An exact copy of all entries is the expected answer.
Given information: Begin
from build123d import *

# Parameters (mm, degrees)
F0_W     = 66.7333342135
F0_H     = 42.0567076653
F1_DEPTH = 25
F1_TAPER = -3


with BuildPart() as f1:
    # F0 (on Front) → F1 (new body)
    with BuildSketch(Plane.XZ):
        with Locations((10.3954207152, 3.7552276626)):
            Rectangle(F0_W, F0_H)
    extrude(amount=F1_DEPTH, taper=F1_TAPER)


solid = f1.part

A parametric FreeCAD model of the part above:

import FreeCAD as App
import Part
import Sketcher

doc = App.newDocument("Part")
body = doc.addObject("PartDesign::Body", "Body")

# Sketch on XZ plane
sketch1 = body.newObject("Sketcher::SketchObject", "Sketch")
sketch1.AttachmentSupport = (doc.getObject("XZ_Plane"), [""])
sketch1.MapMode = "FlatFace"
sketch1.addGeometry([
    Part.LineSegment(App.Vector(-23, 25, 0), App.Vector(-23, -17, 0)),
    Part.LineSegment(App.Vector(-23, -17, 0), App.Vector(44, -17, 0)),
    Part.LineSegment(App.Vector(44, -17, 0), App.Vector(44, 25, 0)),
    Part.LineSegment(App.Vector(44, 25, 0), App.Vector(-23, 25, 0)),
], False)
sketch1.addConstraint([
    Sketcher.Constraint("Coincident", 0, 2, 1, 1),
    Sketcher.Constraint("Coincident", 1, 2, 2, 1),
    Sketcher.Constraint("Coincident", 2, 2, 3, 1),
    Sketcher.Constraint("Coincident", 3, 2, 0, 1),
    Sketcher.Constraint("Vertical", 0),
    Sketcher.Constraint("Horizontal", 1),
    Sketcher.Constraint("Vertical", 2),
    Sketcher.Constraint("Horizontal", 3),
    Sketcher.Constraint("DistanceX", 1, 1, 1, 2, 66.733334),
    Sketcher.Constraint("DistanceY", 0, 2, 0, 1, 42.056708),
    Sketcher.Constraint("DistanceY", -1, 1, 2, 2, 24.783581),
    Sketcher.Constraint("DistanceX", 0, 2, -1, 1, 22.971246),
])
pad1 = body.newObject("PartDesign::Pad", "Pad")
pad1.Profile = sketch1
pad1.Length = 25
pad1.TaperAngle = 3

doc.recompute()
Given information: End
_Answer for this exercise_
from build123d import *

# Parameters (mm, degrees)
F0_W     = 66.7333342135
F0_H     = 42.0567076653
F1_DEPTH = 25
F1_TAPER = -3


with BuildPart() as f1:
    # F0 (on Front) → F1 (new body)
    with BuildSketch(Plane.XZ):
        with Locations((10.3954207152, 3.7552276626)):
            Rectangle(F0_W, F0_H)
    extrude(amount=F1_DEPTH, taper=F1_TAPER)


solid = f1.part

A parametric FreeCAD model of the part above:

import FreeCAD as App
import Part
import Sketcher

doc = App.newDocument("Part")
body = doc.addObject("PartDesign::Body", "Body")

# Sketch on XZ plane
sketch1 = body.newObject("Sketcher::SketchObject", "Sketch")
sketch1.AttachmentSupport = (doc.getObject("XZ_Plane"), [""])
sketch1.MapMode = "FlatFace"
sketch1.addGeometry([
    Part.LineSegment(App.Vector(-23, 25, 0), App.Vector(-23, -17, 0)),
    Part.LineSegment(App.Vector(-23, -17, 0), App.Vector(44, -17, 0)),
    Part.LineSegment(App.Vector(44, -17, 0), App.Vector(44, 25, 0)),
    Part.LineSegment(App.Vector(44, 25, 0), App.Vector(-23, 25, 0)),
], False)
sketch1.addConstraint([
    Sketcher.Constraint("Coincident", 0, 2, 1, 1),
    Sketcher.Constraint("Coincident", 1, 2, 2, 1),
    Sketcher.Constraint("Coincident", 2, 2, 3, 1),
    Sketcher.Constraint("Coincident", 3, 2, 0, 1),
    Sketcher.Constraint("Vertical", 0),
    Sketcher.Constraint("Horizontal", 1),
    Sketcher.Constraint("Vertical", 2),
    Sketcher.Constraint("Horizontal", 3),
    Sketcher.Constraint("DistanceX", 1, 1, 1, 2, 66.733334),
    Sketcher.Constraint("DistanceY", 0, 2, 0, 1, 42.056708),
    Sketcher.Constraint("DistanceY", -1, 1, 2, 2, 24.783581),
    Sketcher.Constraint("DistanceX", 0, 2, -1, 1, 22.971246),
])
pad1 = body.newObject("PartDesign::Pad", "Pad")
pad1.Profile = sketch1
pad1.Length = 25
pad1.TaperAngle = 3

doc.recompute()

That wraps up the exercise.